INFO: task events/2:16 blocked for more than 120 seconds.
"echo 0 > /proc/sys/kernel/hung_task_timeout_secs" disables this message.
events/2      D 0000000000000000     0    16      1            17    15 (L-TLB)
 ffff810127ff3d30 0000000000000046 0000000300000000 0000000000000000
 0000000000000000 000000000000000a ffff810127fce7e0 ffff810127c81820
 000007fd05e545fa 00000000000007b9 ffff810127fce9c8 0000000227ff3e10
Call Trace:
 [<ffffffff80240a78>] linkwatch_event+0x0/0x30
 [<ffffffff80063171>] wait_for_completion+0x79/0xa2
 [<ffffffff8008ee54>] default_wake_function+0x0/0xe
 [<ffffffff800a178e>] synchronize_rcu+0x30/0x36
 [<ffffffff800a12ca>] wakeme_after_rcu+0x0/0x9
 [<ffffffff80248585>] dev_deactivate+0x82/0xb1
 [<ffffffff80240a3a>] __linkwatch_run_queue+0x1a1/0x1df
 [<ffffffff80240aa2>] linkwatch_event+0x2a/0x30
 [<ffffffff8004d293>] run_workqueue+0x9e/0xfb
 [<ffffffff80049a9c>] worker_thread+0x0/0x122
 [<ffffffff80049b8c>] worker_thread+0xf0/0x122
 [<ffffffff8008ee54>] default_wake_function+0x0/0xe
 [<ffffffff8003265f>] kthread+0xfe/0x132
 [<ffffffff8005dfb1>] child_rip+0xa/0x11
 [<ffffffff80032561>] kthread+0x0/0x132
 [<ffffffff8005dfa7>] child_rip+0x0/0x11

Comment 1 Qian Cai 2011-12-26 08:53:48 UTC

Please test kdump not kexec directly by using a modified kdump.conf with a dump target.
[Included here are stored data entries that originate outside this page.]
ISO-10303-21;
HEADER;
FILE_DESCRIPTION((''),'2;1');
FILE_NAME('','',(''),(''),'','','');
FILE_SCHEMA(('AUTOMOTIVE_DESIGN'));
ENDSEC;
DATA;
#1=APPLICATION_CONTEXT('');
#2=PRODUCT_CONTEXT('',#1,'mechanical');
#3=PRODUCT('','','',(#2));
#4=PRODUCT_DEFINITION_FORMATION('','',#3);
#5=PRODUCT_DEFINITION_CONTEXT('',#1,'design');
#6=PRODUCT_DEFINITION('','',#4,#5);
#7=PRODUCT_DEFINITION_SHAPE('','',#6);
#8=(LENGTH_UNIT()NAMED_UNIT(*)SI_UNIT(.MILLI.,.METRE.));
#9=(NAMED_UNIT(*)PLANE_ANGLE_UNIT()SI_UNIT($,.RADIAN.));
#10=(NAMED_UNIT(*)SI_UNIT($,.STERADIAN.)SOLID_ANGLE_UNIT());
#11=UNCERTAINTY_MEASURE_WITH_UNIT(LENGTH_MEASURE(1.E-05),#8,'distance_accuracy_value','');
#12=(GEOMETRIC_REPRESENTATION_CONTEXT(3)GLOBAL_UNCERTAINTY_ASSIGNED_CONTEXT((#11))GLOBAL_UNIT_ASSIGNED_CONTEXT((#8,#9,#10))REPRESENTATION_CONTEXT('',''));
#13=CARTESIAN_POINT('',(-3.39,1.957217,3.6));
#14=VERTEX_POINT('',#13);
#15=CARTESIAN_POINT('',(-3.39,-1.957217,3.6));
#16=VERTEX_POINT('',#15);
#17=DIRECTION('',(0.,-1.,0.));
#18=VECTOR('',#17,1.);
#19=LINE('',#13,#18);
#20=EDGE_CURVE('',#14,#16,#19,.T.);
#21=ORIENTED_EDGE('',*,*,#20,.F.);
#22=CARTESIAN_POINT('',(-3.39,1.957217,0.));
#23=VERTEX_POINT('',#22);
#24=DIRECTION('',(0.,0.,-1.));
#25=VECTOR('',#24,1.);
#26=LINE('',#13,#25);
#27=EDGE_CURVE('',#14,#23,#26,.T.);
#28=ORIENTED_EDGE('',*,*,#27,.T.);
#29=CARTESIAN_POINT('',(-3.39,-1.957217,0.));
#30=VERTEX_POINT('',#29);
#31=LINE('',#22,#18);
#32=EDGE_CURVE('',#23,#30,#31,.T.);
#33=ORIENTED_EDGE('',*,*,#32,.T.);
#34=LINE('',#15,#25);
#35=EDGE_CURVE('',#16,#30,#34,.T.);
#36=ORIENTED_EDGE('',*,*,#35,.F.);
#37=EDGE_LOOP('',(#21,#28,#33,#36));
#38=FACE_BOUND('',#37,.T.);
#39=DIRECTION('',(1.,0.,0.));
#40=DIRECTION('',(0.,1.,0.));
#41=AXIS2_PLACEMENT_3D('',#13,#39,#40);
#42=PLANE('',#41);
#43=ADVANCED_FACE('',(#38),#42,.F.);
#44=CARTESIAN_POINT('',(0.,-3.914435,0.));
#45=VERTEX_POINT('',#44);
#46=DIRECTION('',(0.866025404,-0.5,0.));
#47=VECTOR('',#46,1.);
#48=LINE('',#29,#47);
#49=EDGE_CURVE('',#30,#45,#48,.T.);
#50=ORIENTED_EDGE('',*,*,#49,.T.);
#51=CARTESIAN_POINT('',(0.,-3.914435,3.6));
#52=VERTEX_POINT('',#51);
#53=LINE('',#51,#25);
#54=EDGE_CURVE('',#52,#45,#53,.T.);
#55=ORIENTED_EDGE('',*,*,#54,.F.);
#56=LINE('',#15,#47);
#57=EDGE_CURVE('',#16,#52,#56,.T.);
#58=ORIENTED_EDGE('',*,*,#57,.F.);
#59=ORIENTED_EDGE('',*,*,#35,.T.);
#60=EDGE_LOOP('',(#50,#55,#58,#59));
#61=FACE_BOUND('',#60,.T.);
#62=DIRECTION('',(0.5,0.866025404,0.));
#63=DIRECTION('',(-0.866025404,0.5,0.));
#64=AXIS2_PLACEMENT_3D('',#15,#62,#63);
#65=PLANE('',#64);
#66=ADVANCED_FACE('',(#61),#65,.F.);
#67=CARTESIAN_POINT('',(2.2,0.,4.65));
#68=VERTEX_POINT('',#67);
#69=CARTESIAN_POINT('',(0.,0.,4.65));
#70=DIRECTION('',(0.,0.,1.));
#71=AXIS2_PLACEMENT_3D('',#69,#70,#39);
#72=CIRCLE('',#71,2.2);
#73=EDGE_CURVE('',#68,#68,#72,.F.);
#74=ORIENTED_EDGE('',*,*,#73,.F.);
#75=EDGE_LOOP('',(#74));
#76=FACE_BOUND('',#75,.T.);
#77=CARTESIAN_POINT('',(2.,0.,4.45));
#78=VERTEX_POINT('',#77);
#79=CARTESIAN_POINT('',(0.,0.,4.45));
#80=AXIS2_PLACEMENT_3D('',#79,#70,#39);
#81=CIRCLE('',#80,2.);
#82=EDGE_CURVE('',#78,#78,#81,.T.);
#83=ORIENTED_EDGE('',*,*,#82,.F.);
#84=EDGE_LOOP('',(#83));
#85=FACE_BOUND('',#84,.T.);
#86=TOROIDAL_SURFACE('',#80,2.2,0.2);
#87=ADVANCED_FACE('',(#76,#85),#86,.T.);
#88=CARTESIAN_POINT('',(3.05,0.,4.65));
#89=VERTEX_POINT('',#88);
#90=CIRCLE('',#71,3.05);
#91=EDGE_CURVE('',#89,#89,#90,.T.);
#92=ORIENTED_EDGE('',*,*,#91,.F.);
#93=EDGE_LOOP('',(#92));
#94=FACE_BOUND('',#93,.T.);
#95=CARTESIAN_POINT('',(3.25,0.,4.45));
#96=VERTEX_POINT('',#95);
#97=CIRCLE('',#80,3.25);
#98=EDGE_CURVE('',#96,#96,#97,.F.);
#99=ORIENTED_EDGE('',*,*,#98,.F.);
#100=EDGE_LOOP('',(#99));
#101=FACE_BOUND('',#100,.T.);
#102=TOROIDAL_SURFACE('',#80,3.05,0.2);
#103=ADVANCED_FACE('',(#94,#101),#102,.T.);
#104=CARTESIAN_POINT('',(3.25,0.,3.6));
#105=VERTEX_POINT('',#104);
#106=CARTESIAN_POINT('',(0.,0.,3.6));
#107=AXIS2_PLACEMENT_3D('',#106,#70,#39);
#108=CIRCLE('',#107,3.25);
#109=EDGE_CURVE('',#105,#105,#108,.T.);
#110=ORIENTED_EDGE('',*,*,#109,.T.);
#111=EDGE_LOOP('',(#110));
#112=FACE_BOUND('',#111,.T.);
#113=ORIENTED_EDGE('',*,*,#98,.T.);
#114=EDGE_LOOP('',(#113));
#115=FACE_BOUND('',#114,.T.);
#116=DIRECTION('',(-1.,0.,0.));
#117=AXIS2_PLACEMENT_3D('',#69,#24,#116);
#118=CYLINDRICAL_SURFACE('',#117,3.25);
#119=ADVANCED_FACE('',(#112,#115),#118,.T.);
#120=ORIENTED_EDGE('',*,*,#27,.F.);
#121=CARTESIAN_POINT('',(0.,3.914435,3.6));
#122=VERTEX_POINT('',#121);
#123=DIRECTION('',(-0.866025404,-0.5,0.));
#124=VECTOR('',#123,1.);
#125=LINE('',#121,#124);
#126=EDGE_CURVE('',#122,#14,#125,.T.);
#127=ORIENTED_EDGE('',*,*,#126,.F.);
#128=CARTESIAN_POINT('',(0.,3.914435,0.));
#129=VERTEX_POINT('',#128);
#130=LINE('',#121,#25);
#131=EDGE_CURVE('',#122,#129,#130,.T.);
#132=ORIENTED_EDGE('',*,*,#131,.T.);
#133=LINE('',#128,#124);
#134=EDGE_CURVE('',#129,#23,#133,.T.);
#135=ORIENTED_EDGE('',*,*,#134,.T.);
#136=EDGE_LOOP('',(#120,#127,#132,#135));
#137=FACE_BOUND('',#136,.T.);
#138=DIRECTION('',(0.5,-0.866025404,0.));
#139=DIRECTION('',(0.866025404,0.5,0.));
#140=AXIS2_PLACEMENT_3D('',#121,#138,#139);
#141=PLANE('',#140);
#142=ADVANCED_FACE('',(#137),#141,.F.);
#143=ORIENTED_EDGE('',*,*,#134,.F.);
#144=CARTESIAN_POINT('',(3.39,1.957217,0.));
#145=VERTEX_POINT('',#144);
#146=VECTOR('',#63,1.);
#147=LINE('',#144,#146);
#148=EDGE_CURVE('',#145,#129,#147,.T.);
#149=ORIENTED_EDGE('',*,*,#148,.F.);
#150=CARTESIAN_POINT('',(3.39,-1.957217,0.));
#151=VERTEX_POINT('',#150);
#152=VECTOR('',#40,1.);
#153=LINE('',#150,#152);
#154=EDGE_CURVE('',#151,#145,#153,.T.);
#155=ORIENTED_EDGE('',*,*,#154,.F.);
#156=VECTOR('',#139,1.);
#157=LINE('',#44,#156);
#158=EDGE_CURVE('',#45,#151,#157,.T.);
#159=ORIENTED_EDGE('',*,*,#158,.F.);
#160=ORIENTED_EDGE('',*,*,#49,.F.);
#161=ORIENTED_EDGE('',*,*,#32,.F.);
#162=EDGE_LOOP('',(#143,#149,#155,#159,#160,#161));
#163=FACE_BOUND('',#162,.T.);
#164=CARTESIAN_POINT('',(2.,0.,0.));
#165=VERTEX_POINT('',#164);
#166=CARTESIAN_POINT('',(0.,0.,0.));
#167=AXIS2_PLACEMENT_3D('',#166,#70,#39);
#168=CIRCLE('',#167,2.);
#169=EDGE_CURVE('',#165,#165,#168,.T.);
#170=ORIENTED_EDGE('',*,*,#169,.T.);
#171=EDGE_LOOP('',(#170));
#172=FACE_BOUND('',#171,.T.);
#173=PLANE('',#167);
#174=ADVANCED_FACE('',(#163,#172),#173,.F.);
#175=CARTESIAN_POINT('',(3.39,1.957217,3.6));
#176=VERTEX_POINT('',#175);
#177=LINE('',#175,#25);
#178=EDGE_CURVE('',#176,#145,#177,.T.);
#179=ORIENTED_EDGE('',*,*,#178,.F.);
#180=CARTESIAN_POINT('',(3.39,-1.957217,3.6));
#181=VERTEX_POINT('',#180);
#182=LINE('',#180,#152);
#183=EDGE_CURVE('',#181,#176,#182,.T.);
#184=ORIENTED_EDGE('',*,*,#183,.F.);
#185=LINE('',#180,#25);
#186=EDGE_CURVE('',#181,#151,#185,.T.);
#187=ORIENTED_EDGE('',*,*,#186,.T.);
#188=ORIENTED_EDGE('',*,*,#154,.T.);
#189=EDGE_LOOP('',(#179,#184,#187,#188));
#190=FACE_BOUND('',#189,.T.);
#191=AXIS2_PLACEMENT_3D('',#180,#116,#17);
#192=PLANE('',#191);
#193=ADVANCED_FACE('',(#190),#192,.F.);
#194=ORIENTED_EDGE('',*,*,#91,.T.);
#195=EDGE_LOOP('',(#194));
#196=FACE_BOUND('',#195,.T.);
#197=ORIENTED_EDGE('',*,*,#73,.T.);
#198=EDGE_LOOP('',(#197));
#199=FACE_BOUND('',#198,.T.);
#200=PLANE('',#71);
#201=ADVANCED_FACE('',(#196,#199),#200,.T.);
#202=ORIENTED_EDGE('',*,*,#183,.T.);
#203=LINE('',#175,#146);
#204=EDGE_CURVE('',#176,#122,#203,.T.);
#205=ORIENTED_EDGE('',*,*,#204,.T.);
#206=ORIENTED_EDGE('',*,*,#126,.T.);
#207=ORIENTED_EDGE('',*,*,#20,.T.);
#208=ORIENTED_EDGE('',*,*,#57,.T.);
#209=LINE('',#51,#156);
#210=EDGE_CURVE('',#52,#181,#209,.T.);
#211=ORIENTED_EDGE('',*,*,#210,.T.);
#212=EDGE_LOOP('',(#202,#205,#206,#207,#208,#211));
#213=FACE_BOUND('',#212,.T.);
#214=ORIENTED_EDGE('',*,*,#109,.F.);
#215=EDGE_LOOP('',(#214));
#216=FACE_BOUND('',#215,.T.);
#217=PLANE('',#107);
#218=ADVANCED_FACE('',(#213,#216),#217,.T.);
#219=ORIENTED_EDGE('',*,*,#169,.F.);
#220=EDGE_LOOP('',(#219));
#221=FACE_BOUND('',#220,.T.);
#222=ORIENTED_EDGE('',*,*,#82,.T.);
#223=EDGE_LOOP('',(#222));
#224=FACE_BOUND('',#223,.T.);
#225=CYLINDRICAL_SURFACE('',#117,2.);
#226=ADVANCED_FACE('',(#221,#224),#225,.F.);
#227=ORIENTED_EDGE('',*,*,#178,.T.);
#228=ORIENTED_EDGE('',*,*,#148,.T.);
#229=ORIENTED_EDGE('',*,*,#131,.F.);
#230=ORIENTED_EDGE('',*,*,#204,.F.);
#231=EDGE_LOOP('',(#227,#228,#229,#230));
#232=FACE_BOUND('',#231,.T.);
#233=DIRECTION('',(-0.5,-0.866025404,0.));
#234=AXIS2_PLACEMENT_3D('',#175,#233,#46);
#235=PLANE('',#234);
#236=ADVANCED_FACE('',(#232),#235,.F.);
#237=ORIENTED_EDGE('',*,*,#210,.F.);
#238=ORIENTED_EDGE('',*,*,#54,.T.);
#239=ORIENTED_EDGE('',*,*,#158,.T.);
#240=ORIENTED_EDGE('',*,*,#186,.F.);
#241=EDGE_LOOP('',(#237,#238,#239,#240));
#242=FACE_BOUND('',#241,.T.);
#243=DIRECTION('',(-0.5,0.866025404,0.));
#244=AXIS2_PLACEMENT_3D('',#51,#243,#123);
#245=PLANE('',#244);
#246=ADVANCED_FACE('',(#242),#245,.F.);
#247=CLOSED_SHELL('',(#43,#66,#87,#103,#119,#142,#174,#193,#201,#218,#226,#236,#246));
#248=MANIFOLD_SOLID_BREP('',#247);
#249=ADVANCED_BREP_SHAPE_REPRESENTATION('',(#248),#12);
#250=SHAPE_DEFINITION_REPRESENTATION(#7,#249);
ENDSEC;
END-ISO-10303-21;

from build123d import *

# Parameters (mm, degrees)
EXTRUDE_1_DEPTH     = 3.6
SKETCH_2_R          = 3.25
SKETCH_2_R_2        = 2
EXTRUDE_2_DEPTH     = 1.05
SKETCH_3_R          = 2
CUT_EXTRUDE_1_DEPTH = 7.306734496
FILLET_1_R          = 0.2
FILLET_2_R          = 0.2


with BuildPart() as part:
    # 草图1 → 凸台-拉伸1 (new body)
    with BuildSketch(Plane.XY):
        Polygon((-3.39, -1.957217413), (0, -3.914434825), (3.39, -1.957217413), (3.39, 1.957217413), (0, 3.914434825), (-3.39, 1.957217413), align=None)
    extrude(amount=EXTRUDE_1_DEPTH)

    # 草图2 → 凸台-拉伸2 (add)
    with BuildSketch(Plane.XY.offset(3.6)):
        Circle(SKETCH_2_R)
        Circle(SKETCH_2_R_2, mode=Mode.SUBTRACT)
    extrude(amount=EXTRUDE_2_DEPTH)

    # 草图3 → 切除-拉伸1 (cut, through all)
    with BuildSketch(Plane.XY.offset(3.6)):
        Circle(SKETCH_3_R)
    extrude(amount=-CUT_EXTRUDE_1_DEPTH, mode=Mode.SUBTRACT)

    # 圆角1
    fillet_1_edges = [part.edges().sort_by_distance(p)[0] for p in [
        (-2, 0, 4.65),
    ]]
    fillet(fillet_1_edges, radius=FILLET_1_R)

    # 圆角2
    fillet_2_edges = [part.edges().sort_by_distance(p)[0] for p in [
        (-3.25, 0, 4.65),
    ]]
    fillet(fillet_2_edges, radius=FILLET_2_R)


solid = part.part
We don't support kexec direct reboot.

Comment 2 Qian Cai 2011-12-26 08:55:04 UTC

If you tried the above and the problem occurred, please re-open it.

Comment 3 Gleb Natapov 2011-12-27 09:45:51 UTC

(In reply to comment #1)
> Please test kdump not kexec directly by using a modified kdump.conf with a dump
> target. We don't support kexec direct reboot.
We do not support it only on virt or on real HW too? What is the reason we do not support it? It is very useful to quickly reboot machines with very slow BIOS.

Comment 4 Qian Cai 2011-12-27 10:35:54 UTC

Let me re-clarify. kexec() syscall is supported but as I said it is hard to get it right manually on different machines due to complicated arguments required, while kdump will take care of those arguments right automatically.

The use case you described is not really what customers/partners will use AFAICT, so it is more of a convenience debugging feature for kernel hackers similar to kgdb, kernel-debug variants which is just a lower-priority for engineering resource-wise. 

But again, if kdump works not kexec directly, then it is likely that it is because of the arguments were not get right.